» **What you will do**
Below is a listing. Write out exactly its lines between the one holding "v2 (115.092656,69.378021,12.5)" and the one holding "# FreeCAD 1.0 macro for this part", inclusive.

» **Exercise material**
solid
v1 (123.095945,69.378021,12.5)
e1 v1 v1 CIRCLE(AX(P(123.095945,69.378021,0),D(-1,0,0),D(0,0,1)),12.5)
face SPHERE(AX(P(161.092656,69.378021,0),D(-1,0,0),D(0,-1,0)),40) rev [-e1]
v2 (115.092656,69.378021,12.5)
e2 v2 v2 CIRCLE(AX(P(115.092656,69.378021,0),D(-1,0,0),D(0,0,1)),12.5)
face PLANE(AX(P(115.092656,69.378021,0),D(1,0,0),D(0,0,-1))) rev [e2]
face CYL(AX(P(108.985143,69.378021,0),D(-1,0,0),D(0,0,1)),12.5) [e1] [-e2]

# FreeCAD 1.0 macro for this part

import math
import FreeCAD as App
import Part
import Sketcher
from FreeCAD import Vector

doc = App.newDocument("Part")
body = doc.addObject("PartDesign::Body", "Body")

sketch1 = doc.addObject("Sketcher::SketchObject", "Sketch")
body.addObject(sketch1)
sketch1.AttachmentSupport = (doc.XY_Plane, [""])
sketch1.MapMode = "FlatFace"
sketch1.addGeometry([
    Part.LineSegment(Vector(115.092656, 81.878021, 0), Vector(115.092656, 69.378021, 0)),
    Part.LineSegment(Vector(115.092656, 69.378021, 0), Vector(121.092656, 69.378021, 0)),
    Part.ArcOfCircle(Part.Circle(Vector(161.092656, 69.378021, 0), Vector(0, 0, 1), 40), math.radians(161.790043), math.radians(180)),
    Part.LineSegment(Vector(123.095945, 81.878021, 0), Vector(115.092656, 81.878021, 0)),
], False)
sketch1.addGeometry(Part.LineSegment(Vector(115.092656, 69.378021, 0), Vector(161.092656, 69.378021, 0)), True)
sketch1.addConstraint([
    Sketcher.Constraint("Coincident", 0, 2, 1, 1),
    Sketcher.Constraint("Coincident", 1, 2, 2, 2),
    Sketcher.Constraint("Coincident", 2, 1, 3, 1),
    Sketcher.Constraint("Coincident", 3, 2, 0, 1),
    Sketcher.Constraint("Vertical", 0),
    Sketcher.Constraint("Horizontal", 1),
    Sketcher.Constraint("Horizontal", 3),
    Sketcher.Constraint("Horizontal", 4),
    Sketcher.Constraint("Coincident", 4, 1, 0, 2),
    Sketcher.Constraint("Coincident", 4, 2, 2, 3),
    Sketcher.Constraint("Radius", 2, 40.0),
    Sketcher.Constraint("DistanceX", 1, 1, 1, 2, 6.0),
    Sketcher.Constraint("DistanceY", 0, 2, 0, 1, 12.5),
    Sketcher.Constraint("DistanceY", -1, 1, 2, 3, 69.378021),
    Sketcher.Constraint("DistanceX", -1, 1, 2, 3, 161.092656),
])
revolution = doc.addObject("PartDesign::Revolution", "Revolution")
body.addObject(revolution)
revolution.Profile = sketch1
revolution.ReferenceAxis = (sketch1, ["Axis0"])
revolution.Angle = 360

doc.recompute()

» **Result for this exercise**
v2 (115.092656,69.378021,12.5)
e2 v2 v2 CIRCLE(AX(P(115.092656,69.378021,0),D(-1,0,0),D(0,0,1)),12.5)
face PLANE(AX(P(115.092656,69.378021,0),D(1,0,0),D(0,0,-1))) rev [e2]
face CYL(AX(P(108.985143,69.378021,0),D(-1,0,0),D(0,0,1)),12.5) [e1] [-e2]

# FreeCAD 1.0 macro for this part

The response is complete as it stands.